|JACS AT 125
Will a proposed reaction proceed readily under thermal conditions? If not, will photochemical excitation enable the reaction to progress easily? In either case, what will be the stereochemistry of the products?
In the mid-1960s, Robert Burns (R. B.) Woodward, Donner Professor of Science at Harvard University, and Roald Hoffmann, a junior fellow in the university's Society of Fellows, developed rules that answer those questions for pericyclic reactions. These reactions--in which a closed loop of orbitals forms in the transition state--include electrocyclic, cycloaddition, and sigmatropic reactions such as the ring opening of cyclobutene, the Diels-Alder reaction, and the Cope rearrangement.
|Woodward and Hoffmann's 1965 paper set rules for outcome of many organic reactions
|PARTNERS Woodward (left) and Hoffmann around the time their paper was published.
In five communications in the Journal of the American Chemical Society--beginning with a paper [87, 395 (1965)] that ranks among the 125 most cited in JACS history--Woodward and Hoffmann illustrated how the feasibility and stereochemical outcome of pericyclic reactions are governed by the symmetry properties of the molecular orbitals of the reactants and products.
Woodward had intuited this concept based on his synthetic experience, his legendary familiarity with the literature of organic chemistry, and his knowledge of molecular orbital theory. Woodward and Hoffmann's collaboration began when the elder scientist asked the younger his opinion of Woodward's orbital symmetry hypothesis, says Hoffmann, who is now the Frank H. T. Rhodes Professor of Humane Letters at Cornell University. Hoffmann then applied his extended Hückel method--a way to calculate the electronic structure of molecules--to confirm Woodward's hunch.

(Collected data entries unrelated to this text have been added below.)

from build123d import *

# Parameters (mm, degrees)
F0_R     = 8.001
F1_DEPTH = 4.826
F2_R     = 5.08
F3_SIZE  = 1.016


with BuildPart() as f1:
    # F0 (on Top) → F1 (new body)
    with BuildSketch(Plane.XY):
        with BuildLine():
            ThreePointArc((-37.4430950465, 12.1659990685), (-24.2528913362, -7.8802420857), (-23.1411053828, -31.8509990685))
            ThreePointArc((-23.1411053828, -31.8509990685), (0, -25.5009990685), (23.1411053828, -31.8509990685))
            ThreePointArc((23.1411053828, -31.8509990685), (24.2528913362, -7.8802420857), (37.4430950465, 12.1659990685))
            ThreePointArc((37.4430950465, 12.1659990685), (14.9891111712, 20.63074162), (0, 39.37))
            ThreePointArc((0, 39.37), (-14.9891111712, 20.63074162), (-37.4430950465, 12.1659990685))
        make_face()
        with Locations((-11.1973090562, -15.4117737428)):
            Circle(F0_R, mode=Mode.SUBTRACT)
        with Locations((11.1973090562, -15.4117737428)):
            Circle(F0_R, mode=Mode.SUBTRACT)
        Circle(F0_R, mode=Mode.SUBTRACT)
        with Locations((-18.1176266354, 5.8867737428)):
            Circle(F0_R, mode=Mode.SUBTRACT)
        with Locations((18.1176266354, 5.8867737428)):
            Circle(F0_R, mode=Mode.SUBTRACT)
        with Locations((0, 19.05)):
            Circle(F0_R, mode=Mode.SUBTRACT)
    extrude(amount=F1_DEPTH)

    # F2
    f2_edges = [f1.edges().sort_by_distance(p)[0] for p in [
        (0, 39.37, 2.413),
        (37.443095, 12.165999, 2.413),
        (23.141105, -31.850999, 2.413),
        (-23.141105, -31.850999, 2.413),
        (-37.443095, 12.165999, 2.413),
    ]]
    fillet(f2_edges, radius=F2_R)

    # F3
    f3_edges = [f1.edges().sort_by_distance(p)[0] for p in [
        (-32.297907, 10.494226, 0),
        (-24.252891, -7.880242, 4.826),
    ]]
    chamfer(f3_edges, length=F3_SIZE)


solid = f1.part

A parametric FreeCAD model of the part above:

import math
import FreeCAD as App
import Part
import Sketcher
Q = App.Units.Quantity


def edges_at(feature, points):
    """Names of the edges that pass closest to the given points."""
    edges = feature.Shape.Edges
    near = lambda p: min(range(len(edges)), key=lambda i: edges[i].distToShape(Part.Vertex(*p))[0])
    return sorted({f"Edge{near(p) + 1}" for p in points})

doc = App.newDocument("Part")
body = doc.addObject("PartDesign::Body", "Body")

# Sketch on XY plane
sketch1 = doc.addObject("Sketcher::SketchObject", "Sketch")
body.addObject(sketch1)
sketch1.AttachmentSupport = (doc.XY_Plane, [""])
sketch1.MapMode = "FlatFace"
sketch1.addGeometry([
    Part.ArcOfCircle(Part.Circle(App.Vector(-67, -22, 0), App.Vector(0, 0, 1), 45), math.radians(-13), math.radians(49)),  # 0
    Part.ArcOfCircle(Part.Circle(App.Vector(0, -71, 0), App.Vector(0, 0, 1), 45), math.radians(59), math.radians(121)),  # 1
    Part.ArcOfCircle(Part.Circle(App.Vector(67, -22, 0), App.Vector(0, 0, 1), 45), math.radians(131), math.radians(193)),  # 2
    Part.ArcOfCircle(Part.Circle(App.Vector(42, 57, 0), App.Vector(0, 0, 1), 45), math.radians(-157), math.radians(-95)),  # 3
    Part.ArcOfCircle(Part.Circle(App.Vector(-42, 57, 0), App.Vector(0, 0, 1), 45), math.radians(-85), math.radians(-23)),  # 4
    Part.Circle(App.Vector(-11, -15, 0), App.Vector(0, 0, 1), 8),  # 5
    Part.Circle(App.Vector(11, -15, 0), App.Vector(0, 0, 1), 8),  # 6
    Part.Circle(App.Vector(0, 0, 0), App.Vector(0, 0, 1), 8),  # 7
    Part.Circle(App.Vector(-18, 6, 0), App.Vector(0, 0, 1), 8),  # 8
    Part.Circle(App.Vector(18, 6, 0), App.Vector(0, 0, 1), 8),  # 9
    Part.Circle(App.Vector(0, 19, 0), App.Vector(0, 0, 1), 8),  # 10
], False)
sketch1.addConstraint([
    Sketcher.Constraint("Coincident", 0, 1, 1, 2),
    Sketcher.Constraint("Coincident", 1, 1, 2, 2),
    Sketcher.Constraint("Coincident", 2, 1, 3, 2),
    Sketcher.Constraint("Coincident", 3, 1, 4, 2),
    Sketcher.Constraint("Coincident", 4, 1, 0, 2),
    Sketcher.Constraint("Coincident", 7, 3, -1, 1),
    Sketcher.Constraint("Equal", 0, 1),
    Sketcher.Constraint("Equal", 1, 2),
    Sketcher.Constraint("Equal", 2, 3),
    Sketcher.Constraint("Equal", 3, 4),
    Sketcher.Constraint("Equal", 5, 6),
    Sketcher.Constraint("Equal", 6, 7),
    Sketcher.Constraint("Equal", 7, 8),
    Sketcher.Constraint("Equal", 8, 9),
    Sketcher.Constraint("Equal", 9, 10),
    Sketcher.Constraint("Symmetric", 0, 3, 2, 3, -2),
    Sketcher.Constraint("Symmetric", 3, 3, 4, 3, -2),
    Sketcher.Constraint("Symmetric", 5, 3, 6, 3, -2),
    Sketcher.Constraint("Symmetric", 8, 3, 9, 3, -2),
    Sketcher.Constraint("PointOnObject", 1, 3, -2),
    Sketcher.Constraint("PointOnObject", 10, 3, -2),
    Sketcher.Constraint("Diameter", 5, Q("0.63 in")),
    Sketcher.Constraint("DistanceY", 10, 3, 3, 1, Q("0.8 in")),
    Sketcher.Constraint("DistanceY", -1, 1, 10, 3, Q("0.75 in")),
    Sketcher.Constraint("Radius", 0, Q("45.341201 mm")),
    Sketcher.Constraint("DistanceY", 1, 3, -1, 1, Q("70.842201 mm")),
    Sketcher.Constraint("DistanceX", -1, 1, 3, 3, Q("41.640001 mm")),
    Sketcher.Constraint("DistanceY", 0, 1, -1, 1, Q("31.850999 mm")),
    Sketcher.Constraint("DistanceY", -1, 1, 2, 1, Q("12.165999 mm")),
    Sketcher.Constraint("DistanceX", 5, 3, -1, 1, Q("11.197309 mm")),
    Sketcher.Constraint("DistanceY", 0, 3, 5, 3, Q("6.47967 mm")),
    Sketcher.Constraint("DistanceY", 8, 3, 4, 3, Q("51.42577 mm")),
    Sketcher.Constraint("DistanceX", 0, 3, 8, 3, Q("49.25731 mm")),
])
pad1 = doc.addObject("PartDesign::Pad", "Pad")
body.addObject(pad1)
pad1.Profile = sketch1
pad1.Length = Q("0.19 in")
doc.recompute()

fillet = doc.addObject("PartDesign::Fillet", "Fillet")
body.addObject(fillet)
fillet.Base = (pad1, edges_at(pad1, [
    (0, 39.37, 2.413),
    (37.443, 12.166, 2.413),
    (23.141, -31.851, 2.413),
    (-23.141, -31.851, 2.413),
    (-37.443, 12.166, 2.413),
]))
fillet.Radius = Q("0.2 in")
doc.recompute()

chamfer = doc.addObject("PartDesign::Chamfer", "Chamfer")
body.addObject(chamfer)
chamfer.Base = (fillet, edges_at(fillet, [(-32.298, 10.494, 0), (-24.253, -7.88, 4.826)]))
chamfer.Size = Q("0.04 in")

doc.recompute()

The rules "brought order to a whole area of organic chemistry that previously seemed to be a collection of unrelated reactions, and gave predictions of new types of reactions that no one had thought to study previously," says Kendall N. Houk, a chemistry professor at the University of California, Los Angeles, and former graduate student of Woodward's. "This paper and its successors ushered in a new era in organic chemistry."

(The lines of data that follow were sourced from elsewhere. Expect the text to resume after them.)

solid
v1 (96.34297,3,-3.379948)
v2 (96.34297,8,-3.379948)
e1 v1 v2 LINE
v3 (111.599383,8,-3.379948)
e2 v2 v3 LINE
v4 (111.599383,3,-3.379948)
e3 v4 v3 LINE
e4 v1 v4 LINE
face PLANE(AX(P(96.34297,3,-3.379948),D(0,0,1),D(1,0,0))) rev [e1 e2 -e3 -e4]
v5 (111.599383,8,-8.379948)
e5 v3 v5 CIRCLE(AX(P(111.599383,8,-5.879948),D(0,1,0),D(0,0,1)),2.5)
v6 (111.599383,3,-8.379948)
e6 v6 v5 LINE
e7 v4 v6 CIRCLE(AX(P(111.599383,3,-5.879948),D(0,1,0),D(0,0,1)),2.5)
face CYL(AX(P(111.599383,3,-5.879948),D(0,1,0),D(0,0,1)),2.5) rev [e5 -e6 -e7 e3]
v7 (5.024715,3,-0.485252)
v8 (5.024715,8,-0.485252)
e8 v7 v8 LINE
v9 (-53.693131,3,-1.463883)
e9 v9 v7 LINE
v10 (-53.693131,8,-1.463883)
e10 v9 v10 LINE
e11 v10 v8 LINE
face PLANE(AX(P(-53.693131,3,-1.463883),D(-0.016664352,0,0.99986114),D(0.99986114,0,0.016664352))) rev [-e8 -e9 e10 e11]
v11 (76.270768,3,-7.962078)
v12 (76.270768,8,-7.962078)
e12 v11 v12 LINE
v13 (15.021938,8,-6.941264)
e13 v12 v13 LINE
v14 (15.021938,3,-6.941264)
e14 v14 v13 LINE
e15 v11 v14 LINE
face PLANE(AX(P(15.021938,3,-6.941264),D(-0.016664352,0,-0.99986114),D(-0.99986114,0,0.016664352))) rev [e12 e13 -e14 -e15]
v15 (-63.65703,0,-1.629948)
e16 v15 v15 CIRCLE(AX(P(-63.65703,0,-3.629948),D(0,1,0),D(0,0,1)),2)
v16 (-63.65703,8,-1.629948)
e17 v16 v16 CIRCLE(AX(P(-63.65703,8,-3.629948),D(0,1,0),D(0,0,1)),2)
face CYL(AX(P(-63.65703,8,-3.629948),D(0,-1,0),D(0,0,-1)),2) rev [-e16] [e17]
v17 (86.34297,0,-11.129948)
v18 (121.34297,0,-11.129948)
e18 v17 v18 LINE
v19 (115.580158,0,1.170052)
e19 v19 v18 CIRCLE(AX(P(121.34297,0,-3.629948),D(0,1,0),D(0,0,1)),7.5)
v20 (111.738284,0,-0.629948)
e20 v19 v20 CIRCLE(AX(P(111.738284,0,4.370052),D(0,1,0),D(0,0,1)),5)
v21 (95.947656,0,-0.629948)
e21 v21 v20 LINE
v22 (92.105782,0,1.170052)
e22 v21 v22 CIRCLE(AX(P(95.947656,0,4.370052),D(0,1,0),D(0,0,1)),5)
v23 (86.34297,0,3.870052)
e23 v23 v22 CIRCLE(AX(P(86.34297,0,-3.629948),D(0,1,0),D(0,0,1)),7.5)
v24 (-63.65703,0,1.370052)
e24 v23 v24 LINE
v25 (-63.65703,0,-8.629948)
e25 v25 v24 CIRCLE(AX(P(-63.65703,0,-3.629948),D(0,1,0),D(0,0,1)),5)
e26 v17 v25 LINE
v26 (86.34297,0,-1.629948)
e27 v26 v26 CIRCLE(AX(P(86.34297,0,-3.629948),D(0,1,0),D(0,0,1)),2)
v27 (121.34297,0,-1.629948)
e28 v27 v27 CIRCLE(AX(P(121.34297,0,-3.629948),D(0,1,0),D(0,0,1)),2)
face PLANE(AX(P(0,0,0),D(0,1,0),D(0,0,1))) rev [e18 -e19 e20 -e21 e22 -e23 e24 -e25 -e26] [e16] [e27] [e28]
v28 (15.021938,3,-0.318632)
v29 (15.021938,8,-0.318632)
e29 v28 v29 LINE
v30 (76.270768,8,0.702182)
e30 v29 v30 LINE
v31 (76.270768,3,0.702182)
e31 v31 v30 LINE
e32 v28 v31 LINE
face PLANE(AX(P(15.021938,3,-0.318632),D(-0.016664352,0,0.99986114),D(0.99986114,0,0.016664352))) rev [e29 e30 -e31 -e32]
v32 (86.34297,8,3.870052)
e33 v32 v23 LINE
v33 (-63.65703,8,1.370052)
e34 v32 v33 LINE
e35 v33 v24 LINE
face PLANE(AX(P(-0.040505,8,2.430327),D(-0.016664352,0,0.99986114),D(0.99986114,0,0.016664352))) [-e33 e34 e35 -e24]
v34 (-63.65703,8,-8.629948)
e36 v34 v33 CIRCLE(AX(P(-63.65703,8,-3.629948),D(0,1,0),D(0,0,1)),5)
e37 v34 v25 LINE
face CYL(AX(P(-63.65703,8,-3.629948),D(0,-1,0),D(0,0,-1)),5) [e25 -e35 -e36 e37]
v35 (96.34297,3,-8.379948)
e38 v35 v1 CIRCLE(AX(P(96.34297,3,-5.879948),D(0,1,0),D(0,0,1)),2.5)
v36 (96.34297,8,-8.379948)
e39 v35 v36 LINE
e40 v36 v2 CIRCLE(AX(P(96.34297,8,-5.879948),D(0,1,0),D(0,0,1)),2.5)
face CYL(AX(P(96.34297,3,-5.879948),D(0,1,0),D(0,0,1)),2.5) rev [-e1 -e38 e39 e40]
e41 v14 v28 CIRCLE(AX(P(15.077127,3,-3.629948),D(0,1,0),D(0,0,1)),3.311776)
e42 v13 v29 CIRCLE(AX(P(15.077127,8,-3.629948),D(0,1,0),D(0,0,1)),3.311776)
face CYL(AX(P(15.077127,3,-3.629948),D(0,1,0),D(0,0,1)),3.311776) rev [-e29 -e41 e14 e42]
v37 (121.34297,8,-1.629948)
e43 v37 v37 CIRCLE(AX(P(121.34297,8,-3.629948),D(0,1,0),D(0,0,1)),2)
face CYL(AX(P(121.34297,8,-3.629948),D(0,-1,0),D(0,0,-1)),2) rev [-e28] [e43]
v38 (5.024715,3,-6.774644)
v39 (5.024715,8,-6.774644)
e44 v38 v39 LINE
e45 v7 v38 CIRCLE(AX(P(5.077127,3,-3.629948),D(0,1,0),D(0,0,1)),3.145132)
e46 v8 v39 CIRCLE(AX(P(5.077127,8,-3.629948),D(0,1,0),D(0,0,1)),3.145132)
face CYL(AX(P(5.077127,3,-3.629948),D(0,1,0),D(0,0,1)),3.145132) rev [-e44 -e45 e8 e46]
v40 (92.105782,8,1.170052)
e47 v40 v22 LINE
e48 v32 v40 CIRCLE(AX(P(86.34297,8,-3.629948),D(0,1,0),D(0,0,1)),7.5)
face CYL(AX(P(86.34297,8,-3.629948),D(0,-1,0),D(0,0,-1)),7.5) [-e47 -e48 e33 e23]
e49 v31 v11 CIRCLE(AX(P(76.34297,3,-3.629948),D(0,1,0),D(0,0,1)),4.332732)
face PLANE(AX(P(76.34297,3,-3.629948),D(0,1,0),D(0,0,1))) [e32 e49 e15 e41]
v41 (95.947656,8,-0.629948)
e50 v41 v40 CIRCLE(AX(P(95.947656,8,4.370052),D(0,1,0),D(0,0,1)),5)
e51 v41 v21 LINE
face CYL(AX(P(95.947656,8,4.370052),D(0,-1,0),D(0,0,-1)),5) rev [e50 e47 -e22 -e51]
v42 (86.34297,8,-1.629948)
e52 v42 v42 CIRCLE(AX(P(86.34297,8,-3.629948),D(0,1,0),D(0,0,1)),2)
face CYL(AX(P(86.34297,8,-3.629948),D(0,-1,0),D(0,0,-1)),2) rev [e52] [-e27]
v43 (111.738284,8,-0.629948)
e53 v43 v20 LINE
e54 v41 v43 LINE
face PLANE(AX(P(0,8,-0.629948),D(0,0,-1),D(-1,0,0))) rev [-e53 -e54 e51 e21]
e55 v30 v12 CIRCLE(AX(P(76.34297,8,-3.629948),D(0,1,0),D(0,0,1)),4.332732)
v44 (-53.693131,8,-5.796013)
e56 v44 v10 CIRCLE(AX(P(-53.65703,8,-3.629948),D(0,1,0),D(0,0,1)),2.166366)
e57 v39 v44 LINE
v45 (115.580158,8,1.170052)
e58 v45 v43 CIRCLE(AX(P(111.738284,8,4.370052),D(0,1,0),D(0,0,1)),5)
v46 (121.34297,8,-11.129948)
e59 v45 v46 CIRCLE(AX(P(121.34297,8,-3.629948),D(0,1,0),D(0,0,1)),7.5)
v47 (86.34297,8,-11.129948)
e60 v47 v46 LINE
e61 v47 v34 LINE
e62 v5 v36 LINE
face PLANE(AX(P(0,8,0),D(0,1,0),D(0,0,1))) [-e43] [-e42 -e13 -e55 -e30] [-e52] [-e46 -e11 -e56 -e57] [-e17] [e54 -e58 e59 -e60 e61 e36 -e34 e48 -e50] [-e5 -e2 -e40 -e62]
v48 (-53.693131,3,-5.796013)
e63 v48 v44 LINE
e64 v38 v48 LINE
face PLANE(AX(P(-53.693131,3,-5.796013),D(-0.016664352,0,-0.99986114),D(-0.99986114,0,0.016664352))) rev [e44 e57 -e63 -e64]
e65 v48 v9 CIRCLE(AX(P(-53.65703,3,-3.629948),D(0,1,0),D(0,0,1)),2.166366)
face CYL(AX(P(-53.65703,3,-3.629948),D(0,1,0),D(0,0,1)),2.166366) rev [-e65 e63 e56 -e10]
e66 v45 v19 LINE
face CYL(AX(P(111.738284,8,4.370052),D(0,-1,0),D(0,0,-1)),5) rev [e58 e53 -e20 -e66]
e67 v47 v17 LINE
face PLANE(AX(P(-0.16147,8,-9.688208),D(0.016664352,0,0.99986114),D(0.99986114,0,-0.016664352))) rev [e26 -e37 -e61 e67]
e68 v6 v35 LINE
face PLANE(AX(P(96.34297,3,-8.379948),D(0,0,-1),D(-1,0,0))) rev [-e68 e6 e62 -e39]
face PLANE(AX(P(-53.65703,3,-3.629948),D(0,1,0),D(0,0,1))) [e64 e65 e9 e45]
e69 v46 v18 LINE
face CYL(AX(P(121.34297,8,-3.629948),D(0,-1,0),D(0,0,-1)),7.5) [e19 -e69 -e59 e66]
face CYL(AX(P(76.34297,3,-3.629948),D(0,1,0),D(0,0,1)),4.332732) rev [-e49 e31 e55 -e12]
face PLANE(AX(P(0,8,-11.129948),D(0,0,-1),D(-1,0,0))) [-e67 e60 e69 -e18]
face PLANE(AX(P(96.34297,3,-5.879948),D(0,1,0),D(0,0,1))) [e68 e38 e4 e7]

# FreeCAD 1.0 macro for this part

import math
import FreeCAD as App
import Part
import Sketcher
from FreeCAD import Vector

doc = App.newDocument("Part")
body = doc.addObject("PartDesign::Body", "Body")

sketch1 = body.newObject("Sketcher::SketchObject", "Sketch")
sketch1.AttachmentSupport = (doc.getObject("XZ_Plane"), [""])
sketch1.MapMode = "FlatFace"
sketch1.addGeometry(Part.LineSegment(Vector(121.3, -11.1, 0), Vector(86.3, -11.1, 0)), False)
sketch1.addGeometry(Part.LineSegment(Vector(86.3, -11.1, 0), Vector(-63.7, -8.6, 0)), False)
sketch1.addGeometry(Part.ArcOfCircle(Part.Circle(Vector(-63.7, -3.6, 0), Vector(0, 0, 1), 5), math.radians(90), math.radians(270)), False)
sketch1.addGeometry(Part.LineSegment(Vector(-63.7, 1.4, 0), Vector(86.3, 3.9, 0)), False)
sketch1.addGeometry(Part.ArcOfCircle(Part.Circle(Vector(86.3, -3.6, 0), Vector(0, 0, 1), 7.5), math.radians(40), math.radians(90)), False)
sketch1.addGeometry(Part.ArcOfCircle(Part.Circle(Vector(95.9, 4.4, 0), Vector(0, 0, 1), 5), math.radians(-140), math.radians(-90)), False)
sketch1.addGeometry(Part.LineSegment(Vector(95.9, -0.6, 0), Vector(111.7, -0.6, 0)), False)
sketch1.addGeometry(Part.ArcOfCircle(Part.Circle(Vector(111.7, 4.4, 0), Vector(0, 0, 1), 5), math.radians(-90), math.radians(-40)), False)
sketch1.addGeometry(Part.ArcOfCircle(Part.Circle(Vector(121.3, -3.6, 0), Vector(0, 0, 1), 7.5), math.radians(90), math.radians(140)), False)
sketch1.addGeometry(Part.ArcOfCircle(Part.Circle(Vector(121.3, -3.6, 0), Vector(0, 0, 1), 7.5), math.radians(24), math.radians(90)), False)
sketch1.addGeometry(Part.ArcOfCircle(Part.Circle(Vector(121.3, -3.6, 0), Vector(0, 0, 1), 7.5), math.radians(-90), math.radians(24)), False)
sketch1.addGeometry(Part.Circle(Vector(-63.7, -3.6, 0), Vector(0, 0, 1), 2), False)
sketch1.addGeometry(Part.Circle(Vector(86.3, -3.6, 0), Vector(0, 0, 1), 2), False)
sketch1.addGeometry(Part.Circle(Vector(121.3, -3.6, 0), Vector(0, 0, 1), 2), False)
sketch1.addConstraint(Sketcher.Constraint("Coincident", 0, 2, 1, 1))
sketch1.addConstraint(Sketcher.Constraint("Coincident", 1, 2, 2, 2))
sketch1.addConstraint(Sketcher.Constraint("Coincident", 2, 1, 3, 1))
sketch1.addConstraint(Sketcher.Constraint("Coincident", 3, 2, 4, 2))
sketch1.addConstraint(Sketcher.Constraint("Tangent", 4, 1, 5, 1))
sketch1.addConstraint(Sketcher.Constraint("Tangent", 5, 2, 6, 1))
sketch1.addConstraint(Sketcher.Constraint("Tangent", 6, 2, 7, 1))
sketch1.addConstraint(Sketcher.Constraint("Tangent", 7, 2, 8, 2))
sketch1.addConstraint(Sketcher.Constraint("Tangent", 8, 1, 9, 2))
sketch1.addConstraint(Sketcher.Constraint("Tangent", 9, 1, 10, 2))
sketch1.addConstraint(Sketcher.Constraint("Tangent", 10, 1, 0, 1))
sketch1.addConstraint(Sketcher.Constraint("Horizontal", 0))
sketch1.addConstraint(Sketcher.Constraint("Horizontal", 6))
sketch1.addConstraint(Sketcher.Constraint("Coincident", 10, 3, 8, 3))
sketch1.addConstraint(Sketcher.Constraint("Coincident", 11, 3, 2, 3))
sketch1.addConstraint(Sketcher.Constraint("Coincident", 12, 3, 4, 3))
sketch1.addConstraint(Sketcher.Constraint("Coincident", 13, 3, 8, 3))
sketch1.addConstraint(Sketcher.Constraint("Equal", 2, 5))
sketch1.addConstraint(Sketcher.Constraint("Equal", 5, 7))
sketch1.addConstraint(Sketcher.Constraint("Equal", 4, 8))
sketch1.addConstraint(Sketcher.Constraint("Equal", 11, 12))
sketch1.addConstraint(Sketcher.Constraint("Equal", 12, 13))
sketch1.addConstraint(Sketcher.Constraint("Horizontal", 2, 3, 4, 3))
sketch1.addConstraint(Sketcher.Constraint("Horizontal", 4, 3, 8, 3))
sketch1.addConstraint(Sketcher.Constraint("Horizontal", 6, 2, 9, 1))
sketch1.addConstraint(Sketcher.Constraint("Vertical", 12, 3, 0, 2))
sketch1.addConstraint(Sketcher.Constraint("Vertical", 11, 3, 1, 2))
sketch1.addConstraint(Sketcher.Constraint("Vertical", 1, 2, 2, 1))
sketch1.addConstraint(Sketcher.Constraint("Vertical", 0, 2, 3, 2))
sketch1.addConstraint(Sketcher.Constraint("Vertical", 13, 3, 8, 1))
sketch1.addConstraint(Sketcher.Constraint("Diameter", 11, 4.0))
sketch1.addConstraint(Sketcher.Constraint("Radius", 2, 5.0))
sketch1.addConstraint(Sketcher.Constraint("Radius", 4, 7.5))
sketch1.addConstraint(Sketcher.Constraint("DistanceX", 0, 2, 0, 1, 35.0))
sketch1.addConstraint(Sketcher.Constraint("DistanceX", 2, 3, 4, 3, 150.0))
sketch1.addConstraint(Sketcher.Constraint("DistanceY", 4, 3, 5, 3, 8.0))
sketch1.addConstraint(Sketcher.Constraint("DistanceX", 2, 3, -1, 1, 63.65703))
sketch1.addConstraint(Sketcher.Constraint("DistanceY", 2, 3, -1, 1, 3.629948))
pad1 = body.newObject("PartDesign::Pad", "Pad")
pad1.Profile = sketch1
pad1.Length = 8
pad1.Reversed = True

sketch2 = body.newObject("Sketcher::SketchObject", "Sketch001")
sketch2.AttachmentSupport = (doc.getObject("XZ_Plane"), [""])
sketch2.MapMode = "FlatFace"
sketch2.AttachmentOffset = App.Placement(Vector(0, 0, -8), App.Rotation())
sketch2.addGeometry(Part.LineSegment(Vector(5, -6.8, 0), Vector(-53.7, -5.8, 0)), False)
sketch2.addGeometry(Part.ArcOfCircle(Part.Circle(Vector(-53.7, -3.6, 0), Vector(0, 0, 1), 2.2), math.radians(91), math.radians(269)), False)
sketch2.addGeometry(Part.LineSegment(Vector(-53.7, -1.5, 0), Vector(5, -0.5, 0)), False)
sketch2.addGeometry(Part.ArcOfCircle(Part.Circle(Vector(5.1, -3.6, 0), Vector(0, 0, 1), 3.1), math.radians(-91), math.radians(91)), False)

In addition, Houk says, Woodward and Hoffmann's insight permitted chemists to "apply molecular orbital theory to understand reactivities and stereoselectivities without doing elaborate calculations."
Jerome A. Berson, professor emeritus of chemistry at Yale University, says the Woodward-Hoffmann rules "permitted us for the first time to recognize which concerted reaction pathways would be the electronically favorable ones and which would not." Berson published a book in 1999 titled "Chemical Creativity: Ideas from the Work of Woodward, Meerwein, and Hückel."
|PREDICTIVE POWERS The Woodward-Hoffmann rules are based on conservation of orbital symmetry. Because thermal and photochemical reactions involve orbitals of different symmetry, they favor different directions of rotation and lead to different stereochemical outcomes.
When Woodward and Hoffmann first published their hypothesis, Berson says, "it was the talk of the town." But this was no short-lived fad. "It was the central focus of attention for a large fraction of the organic community for at least 15 or 20 years," he recalls.
According to Weston T. Borden, a University of Washington professor who studies synthetic, mechanistic, and theoretical organic chemistry, the Woodward-Hoffmann rules "made such clear predictions as to what would happen in organic reactions that testing and confirming the rules became a cottage industry for physical organic chemists for many years."
Hoffmann ultimately won the Nobel Prize in Chemistry for the work in 1981, when he was just 44. Woodward, who had already received a chemistry Nobel in 1965 for his synthetic work with natural products, would surely have shared in this second prize if he hadn't died in 1979 at the age of 62.
Hoffmann instead shared the 1981 Nobel with Kyoto University's Kenichi Fukui, who had independently worked out theories concerning the influence of molecular orbitals on chemical reactions.
Other key figures who helped to flesh out the rules relating the orbital symmetry of transition states to reaction outcomes include H. C. Longuet-Higgins at the University of Cambridge; Howard E. Zimmerman at the University of Wisconsin, Madison; and Michael J. S. Dewar at the University of Texas, Austin.
C&EN is celebrating the 125th volume of the Journal of the American Chemical Society by featuring selected papers from among its 125 most cited. This paper was ranked 88th.